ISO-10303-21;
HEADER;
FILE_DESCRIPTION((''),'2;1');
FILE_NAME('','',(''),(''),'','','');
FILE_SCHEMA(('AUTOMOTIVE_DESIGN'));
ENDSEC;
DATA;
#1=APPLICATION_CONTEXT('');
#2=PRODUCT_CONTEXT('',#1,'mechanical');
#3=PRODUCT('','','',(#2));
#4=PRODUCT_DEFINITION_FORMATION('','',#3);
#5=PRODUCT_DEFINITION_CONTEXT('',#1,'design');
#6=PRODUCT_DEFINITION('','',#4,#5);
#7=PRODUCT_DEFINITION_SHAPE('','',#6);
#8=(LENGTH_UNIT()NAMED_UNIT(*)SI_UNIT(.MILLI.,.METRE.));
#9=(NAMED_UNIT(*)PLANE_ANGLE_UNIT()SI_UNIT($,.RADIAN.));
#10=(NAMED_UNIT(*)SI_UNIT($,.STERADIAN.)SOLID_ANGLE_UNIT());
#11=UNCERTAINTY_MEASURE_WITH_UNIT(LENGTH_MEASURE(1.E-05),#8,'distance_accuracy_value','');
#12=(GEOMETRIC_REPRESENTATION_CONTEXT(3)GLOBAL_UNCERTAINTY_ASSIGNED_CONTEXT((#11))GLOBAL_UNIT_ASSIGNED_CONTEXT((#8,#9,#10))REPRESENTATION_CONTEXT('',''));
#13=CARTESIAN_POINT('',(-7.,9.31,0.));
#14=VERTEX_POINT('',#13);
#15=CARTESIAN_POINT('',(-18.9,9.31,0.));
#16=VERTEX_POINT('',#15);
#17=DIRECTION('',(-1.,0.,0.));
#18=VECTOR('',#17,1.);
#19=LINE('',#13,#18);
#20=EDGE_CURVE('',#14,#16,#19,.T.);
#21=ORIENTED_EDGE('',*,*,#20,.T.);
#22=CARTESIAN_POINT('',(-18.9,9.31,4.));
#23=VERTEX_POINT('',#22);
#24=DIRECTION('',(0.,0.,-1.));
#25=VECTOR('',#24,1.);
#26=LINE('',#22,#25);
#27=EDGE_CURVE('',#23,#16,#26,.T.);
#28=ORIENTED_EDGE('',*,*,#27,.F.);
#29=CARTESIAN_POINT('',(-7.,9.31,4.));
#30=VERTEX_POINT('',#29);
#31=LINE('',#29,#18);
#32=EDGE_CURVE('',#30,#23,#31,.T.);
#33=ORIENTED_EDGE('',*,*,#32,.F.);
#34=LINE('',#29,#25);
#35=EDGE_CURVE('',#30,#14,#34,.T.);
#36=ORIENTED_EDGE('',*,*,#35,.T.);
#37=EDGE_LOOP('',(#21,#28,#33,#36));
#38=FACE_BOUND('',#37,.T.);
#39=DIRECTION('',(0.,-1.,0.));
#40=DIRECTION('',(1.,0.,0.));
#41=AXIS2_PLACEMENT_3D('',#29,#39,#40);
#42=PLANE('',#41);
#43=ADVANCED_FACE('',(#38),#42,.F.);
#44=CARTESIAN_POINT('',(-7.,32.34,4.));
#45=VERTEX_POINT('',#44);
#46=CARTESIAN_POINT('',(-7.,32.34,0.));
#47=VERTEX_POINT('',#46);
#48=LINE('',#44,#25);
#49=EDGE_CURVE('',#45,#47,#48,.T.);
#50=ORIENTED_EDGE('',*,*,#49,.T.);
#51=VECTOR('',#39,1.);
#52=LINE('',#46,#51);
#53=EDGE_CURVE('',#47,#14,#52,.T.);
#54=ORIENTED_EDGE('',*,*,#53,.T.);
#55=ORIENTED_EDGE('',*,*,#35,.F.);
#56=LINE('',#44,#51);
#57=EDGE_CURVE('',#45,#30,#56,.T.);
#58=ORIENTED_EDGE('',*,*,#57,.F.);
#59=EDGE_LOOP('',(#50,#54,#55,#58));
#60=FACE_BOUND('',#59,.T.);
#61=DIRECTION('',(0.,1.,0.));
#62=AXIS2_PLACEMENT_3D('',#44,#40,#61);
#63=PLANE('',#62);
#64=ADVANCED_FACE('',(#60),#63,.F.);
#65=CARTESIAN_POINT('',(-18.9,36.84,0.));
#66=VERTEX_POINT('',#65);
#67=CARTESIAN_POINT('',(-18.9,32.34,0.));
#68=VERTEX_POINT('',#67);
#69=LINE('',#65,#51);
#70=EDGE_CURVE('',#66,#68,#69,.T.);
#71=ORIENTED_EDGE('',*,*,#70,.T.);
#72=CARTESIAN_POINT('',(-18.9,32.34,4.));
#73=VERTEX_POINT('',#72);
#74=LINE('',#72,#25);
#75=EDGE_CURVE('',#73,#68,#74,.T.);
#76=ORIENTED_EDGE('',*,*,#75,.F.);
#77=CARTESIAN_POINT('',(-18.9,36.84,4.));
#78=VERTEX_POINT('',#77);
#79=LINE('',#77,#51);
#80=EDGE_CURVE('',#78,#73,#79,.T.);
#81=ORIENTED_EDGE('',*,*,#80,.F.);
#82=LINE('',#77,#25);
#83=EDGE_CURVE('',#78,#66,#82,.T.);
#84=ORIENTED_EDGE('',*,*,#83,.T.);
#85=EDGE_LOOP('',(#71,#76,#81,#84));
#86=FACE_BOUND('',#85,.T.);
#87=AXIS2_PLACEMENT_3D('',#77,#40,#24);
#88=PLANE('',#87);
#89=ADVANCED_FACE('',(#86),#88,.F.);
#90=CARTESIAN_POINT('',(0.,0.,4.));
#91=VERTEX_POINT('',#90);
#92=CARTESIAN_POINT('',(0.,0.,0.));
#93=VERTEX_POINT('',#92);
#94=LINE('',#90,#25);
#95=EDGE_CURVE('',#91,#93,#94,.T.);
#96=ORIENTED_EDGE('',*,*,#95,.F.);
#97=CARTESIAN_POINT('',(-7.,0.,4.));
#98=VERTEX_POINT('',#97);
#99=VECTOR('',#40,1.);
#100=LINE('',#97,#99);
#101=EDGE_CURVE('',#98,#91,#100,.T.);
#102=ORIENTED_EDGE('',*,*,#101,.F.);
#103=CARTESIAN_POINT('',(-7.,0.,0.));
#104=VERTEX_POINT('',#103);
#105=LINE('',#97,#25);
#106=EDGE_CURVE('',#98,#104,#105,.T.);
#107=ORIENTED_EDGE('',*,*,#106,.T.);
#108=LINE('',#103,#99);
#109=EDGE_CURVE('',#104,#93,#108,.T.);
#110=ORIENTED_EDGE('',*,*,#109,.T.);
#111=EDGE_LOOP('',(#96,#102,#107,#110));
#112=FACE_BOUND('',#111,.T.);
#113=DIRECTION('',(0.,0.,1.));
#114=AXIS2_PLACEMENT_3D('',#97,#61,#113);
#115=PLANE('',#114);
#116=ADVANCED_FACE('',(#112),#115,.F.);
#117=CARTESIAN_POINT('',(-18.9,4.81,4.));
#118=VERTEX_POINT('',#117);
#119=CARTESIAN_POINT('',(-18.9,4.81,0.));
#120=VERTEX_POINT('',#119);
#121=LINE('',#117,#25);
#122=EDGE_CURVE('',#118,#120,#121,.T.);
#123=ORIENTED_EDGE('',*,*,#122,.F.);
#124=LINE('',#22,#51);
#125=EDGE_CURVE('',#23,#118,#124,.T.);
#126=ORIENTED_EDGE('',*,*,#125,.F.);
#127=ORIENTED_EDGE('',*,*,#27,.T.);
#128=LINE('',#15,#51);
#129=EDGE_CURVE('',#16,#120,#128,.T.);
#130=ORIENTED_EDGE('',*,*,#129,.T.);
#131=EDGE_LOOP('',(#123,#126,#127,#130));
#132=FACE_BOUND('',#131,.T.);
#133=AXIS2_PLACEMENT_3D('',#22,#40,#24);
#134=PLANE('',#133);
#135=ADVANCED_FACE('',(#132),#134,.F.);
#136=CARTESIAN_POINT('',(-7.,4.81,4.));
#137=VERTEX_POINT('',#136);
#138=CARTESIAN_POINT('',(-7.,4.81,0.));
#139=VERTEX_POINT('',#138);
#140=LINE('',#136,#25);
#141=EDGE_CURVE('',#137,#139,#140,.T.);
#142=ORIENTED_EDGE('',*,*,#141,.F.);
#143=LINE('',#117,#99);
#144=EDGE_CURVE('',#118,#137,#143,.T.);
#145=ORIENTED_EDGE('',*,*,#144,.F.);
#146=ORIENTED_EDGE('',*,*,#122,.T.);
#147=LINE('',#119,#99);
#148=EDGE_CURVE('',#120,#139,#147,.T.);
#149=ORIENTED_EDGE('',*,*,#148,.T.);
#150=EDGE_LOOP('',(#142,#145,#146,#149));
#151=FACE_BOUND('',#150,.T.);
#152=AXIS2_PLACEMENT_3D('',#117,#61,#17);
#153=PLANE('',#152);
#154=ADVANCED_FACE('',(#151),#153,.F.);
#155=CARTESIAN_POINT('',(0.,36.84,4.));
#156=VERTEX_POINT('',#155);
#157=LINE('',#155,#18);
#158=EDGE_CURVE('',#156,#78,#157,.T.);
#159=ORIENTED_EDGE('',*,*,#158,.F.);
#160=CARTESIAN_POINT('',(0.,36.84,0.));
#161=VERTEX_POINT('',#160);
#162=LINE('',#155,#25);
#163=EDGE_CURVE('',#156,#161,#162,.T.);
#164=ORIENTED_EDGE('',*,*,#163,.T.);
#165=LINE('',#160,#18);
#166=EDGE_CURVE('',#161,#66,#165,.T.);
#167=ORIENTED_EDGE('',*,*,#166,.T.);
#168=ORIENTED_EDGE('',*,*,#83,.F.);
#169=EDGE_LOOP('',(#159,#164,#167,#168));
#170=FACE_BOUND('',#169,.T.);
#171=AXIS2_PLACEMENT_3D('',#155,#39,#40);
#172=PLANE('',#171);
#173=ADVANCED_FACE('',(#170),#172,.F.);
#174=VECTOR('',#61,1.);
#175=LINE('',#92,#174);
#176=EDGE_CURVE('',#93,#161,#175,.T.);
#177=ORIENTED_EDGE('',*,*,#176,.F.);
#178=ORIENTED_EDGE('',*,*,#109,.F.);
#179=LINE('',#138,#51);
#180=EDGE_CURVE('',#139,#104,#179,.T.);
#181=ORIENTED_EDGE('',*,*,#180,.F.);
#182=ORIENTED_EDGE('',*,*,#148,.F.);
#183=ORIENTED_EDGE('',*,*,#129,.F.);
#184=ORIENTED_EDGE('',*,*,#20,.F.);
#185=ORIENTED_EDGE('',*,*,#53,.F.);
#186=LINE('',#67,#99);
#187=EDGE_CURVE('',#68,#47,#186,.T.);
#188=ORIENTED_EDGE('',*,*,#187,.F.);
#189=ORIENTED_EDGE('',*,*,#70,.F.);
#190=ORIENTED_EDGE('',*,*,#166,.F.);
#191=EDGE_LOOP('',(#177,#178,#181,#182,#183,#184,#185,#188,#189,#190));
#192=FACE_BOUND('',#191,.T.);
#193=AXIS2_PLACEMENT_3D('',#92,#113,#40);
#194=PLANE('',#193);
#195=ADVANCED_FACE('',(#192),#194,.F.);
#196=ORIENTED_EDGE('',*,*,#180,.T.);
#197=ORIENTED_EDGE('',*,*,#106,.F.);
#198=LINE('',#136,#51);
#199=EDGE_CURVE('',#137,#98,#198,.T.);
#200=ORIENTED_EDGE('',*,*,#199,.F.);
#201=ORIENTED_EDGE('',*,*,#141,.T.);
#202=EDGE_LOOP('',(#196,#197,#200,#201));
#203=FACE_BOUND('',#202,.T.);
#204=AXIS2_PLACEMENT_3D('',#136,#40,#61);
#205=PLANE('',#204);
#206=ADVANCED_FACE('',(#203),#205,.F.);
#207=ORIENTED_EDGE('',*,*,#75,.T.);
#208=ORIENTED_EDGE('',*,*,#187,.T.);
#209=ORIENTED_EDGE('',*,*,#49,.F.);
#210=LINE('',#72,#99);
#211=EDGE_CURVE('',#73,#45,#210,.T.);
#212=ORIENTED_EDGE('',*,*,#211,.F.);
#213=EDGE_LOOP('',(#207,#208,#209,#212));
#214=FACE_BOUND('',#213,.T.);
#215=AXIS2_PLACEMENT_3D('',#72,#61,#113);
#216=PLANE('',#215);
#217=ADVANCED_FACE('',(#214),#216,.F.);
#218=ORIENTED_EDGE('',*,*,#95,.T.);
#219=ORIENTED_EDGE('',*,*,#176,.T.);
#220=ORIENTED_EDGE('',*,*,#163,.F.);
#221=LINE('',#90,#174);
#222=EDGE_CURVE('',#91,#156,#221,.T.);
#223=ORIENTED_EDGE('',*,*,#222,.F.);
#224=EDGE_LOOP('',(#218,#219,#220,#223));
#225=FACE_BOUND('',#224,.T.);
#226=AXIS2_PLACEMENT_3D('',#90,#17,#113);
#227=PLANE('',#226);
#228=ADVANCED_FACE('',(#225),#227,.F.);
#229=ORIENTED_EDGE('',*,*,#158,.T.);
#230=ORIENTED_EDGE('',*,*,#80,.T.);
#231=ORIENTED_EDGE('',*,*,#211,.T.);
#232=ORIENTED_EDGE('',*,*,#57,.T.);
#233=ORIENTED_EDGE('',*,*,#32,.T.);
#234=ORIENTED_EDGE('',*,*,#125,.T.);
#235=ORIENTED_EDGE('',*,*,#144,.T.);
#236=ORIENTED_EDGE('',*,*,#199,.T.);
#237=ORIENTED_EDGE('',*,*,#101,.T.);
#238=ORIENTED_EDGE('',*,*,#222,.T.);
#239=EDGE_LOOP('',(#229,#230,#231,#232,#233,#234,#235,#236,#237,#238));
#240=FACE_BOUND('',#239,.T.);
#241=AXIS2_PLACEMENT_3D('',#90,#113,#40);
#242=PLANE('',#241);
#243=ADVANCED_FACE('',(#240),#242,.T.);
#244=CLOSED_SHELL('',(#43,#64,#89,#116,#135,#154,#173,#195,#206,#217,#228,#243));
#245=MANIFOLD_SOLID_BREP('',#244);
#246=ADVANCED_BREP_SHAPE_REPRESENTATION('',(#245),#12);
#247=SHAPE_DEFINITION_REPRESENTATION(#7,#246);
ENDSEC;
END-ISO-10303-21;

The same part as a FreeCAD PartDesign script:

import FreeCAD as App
import Part
import Sketcher
from FreeCAD import Vector
Q = App.Units.Quantity

doc = App.newDocument("Part")
params = doc.addObject("Spreadsheet::Sheet", "Params")
for row, (alias, value) in enumerate([
    ("sketch1_width", "7 mm"),
    ("sketch1_width2", "18.9 mm"),
    ("sketch1_height", "4.5 mm"),
    ("sketch1_height2", "36.84 mm"),
    ("sketch1_height3", "23.03 mm"),
    ("pad1_length", "4 mm"),
], start=1):
    params.set(f"A{row}", alias)
    params.set(f"B{row}", "=" + value)
    params.setAlias(f"B{row}", alias)

body = doc.addObject("PartDesign::Body", "Body")

# Sketch on XY plane
sketch1 = doc.addObject("Sketcher::SketchObject", "Sketch")
body.addObject(sketch1)
sketch1.AttachmentSupport = (doc.XY_Plane, [""])
sketch1.MapMode = "FlatFace"
sketch1.addGeometry(Part.LineSegment(Vector(0, 0, 0), Vector(0, 36.8, 0)), False)
sketch1.addGeometry(Part.LineSegment(Vector(0, 36.8, 0), Vector(-18.9, 36.8, 0)), False)
sketch1.addGeometry(Part.LineSegment(Vector(-18.9, 36.8, 0), Vector(-18.9, 32.3, 0)), False)
sketch1.addGeometry(Part.LineSegment(Vector(-18.9, 32.3, 0), Vector(-7, 32.3, 0)), False)
sketch1.addGeometry(Part.LineSegment(Vector(-7, 32.3, 0), Vector(-7, 9.3, 0)), False)
sketch1.addGeometry(Part.LineSegment(Vector(-7, 9.3, 0), Vector(-18.9, 9.3, 0)), False)
sketch1.addGeometry(Part.LineSegment(Vector(-18.9, 9.3, 0), Vector(-18.9, 4.8, 0)), False)
sketch1.addGeometry(Part.LineSegment(Vector(-18.9, 4.8, 0), Vector(-7, 4.8, 0)), False)
sketch1.addGeometry(Part.LineSegment(Vector(-7, 4.8, 0), Vector(-7, 0, 0)), False)
sketch1.addGeometry(Part.LineSegment(Vector(-7, 0, 0), Vector(0, 0, 0)), False)
sketch1.addConstraint(Sketcher.Constraint("Coincident", 0, 2, 1, 1))
sketch1.addConstraint(Sketcher.Constraint("Coincident", 1, 2, 2, 1))
sketch1.addConstraint(Sketcher.Constraint("Coincident", 2, 2, 3, 1))
sketch1.addConstraint(Sketcher.Constraint("Coincident", 3, 2, 4, 1))
sketch1.addConstraint(Sketcher.Constraint("Coincident", 4, 2, 5, 1))
sketch1.addConstraint(Sketcher.Constraint("Coincident", 5, 2, 6, 1))
sketch1.addConstraint(Sketcher.Constraint("Coincident", 6, 2, 7, 1))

^^^^^^^^

▸ **WORK INSTRUCTION**:
The reply should consist solely of the lines above from the one that has "#19=LINE('',#13,#18);" through the one that has "#52=LINE('',#46,#51);", reproduced exactly.

▸ **TASK RESULT**:
#19=LINE('',#13,#18);
#20=EDGE_CURVE('',#14,#16,#19,.T.);
#21=ORIENTED_EDGE('',*,*,#20,.T.);
#22=CARTESIAN_POINT('',(-18.9,9.31,4.));
#23=VERTEX_POINT('',#22);
#24=DIRECTION('',(0.,0.,-1.));
#25=VECTOR('',#24,1.);
#26=LINE('',#22,#25);
#27=EDGE_CURVE('',#23,#16,#26,.T.);
#28=ORIENTED_EDGE('',*,*,#27,.F.);
#29=CARTESIAN_POINT('',(-7.,9.31,4.));
#30=VERTEX_POINT('',#29);
#31=LINE('',#29,#18);
#32=EDGE_CURVE('',#30,#23,#31,.T.);
#33=ORIENTED_EDGE('',*,*,#32,.F.);
#34=LINE('',#29,#25);
#35=EDGE_CURVE('',#30,#14,#34,.T.);
#36=ORIENTED_EDGE('',*,*,#35,.T.);
#37=EDGE_LOOP('',(#21,#28,#33,#36));
#38=FACE_BOUND('',#37,.T.);
#39=DIRECTION('',(0.,-1.,0.));
#40=DIRECTION('',(1.,0.,0.));
#41=AXIS2_PLACEMENT_3D('',#29,#39,#40);
#42=PLANE('',#41);
#43=ADVANCED_FACE('',(#38),#42,.F.);
#44=CARTESIAN_POINT('',(-7.,32.34,4.));
#45=VERTEX_POINT('',#44);
#46=CARTESIAN_POINT('',(-7.,32.34,0.));
#47=VERTEX_POINT('',#46);
#48=LINE('',#44,#25);
#49=EDGE_CURVE('',#45,#47,#48,.T.);
#50=ORIENTED_EDGE('',*,*,#49,.T.);
#51=VECTOR('',#39,1.);
#52=LINE('',#46,#51);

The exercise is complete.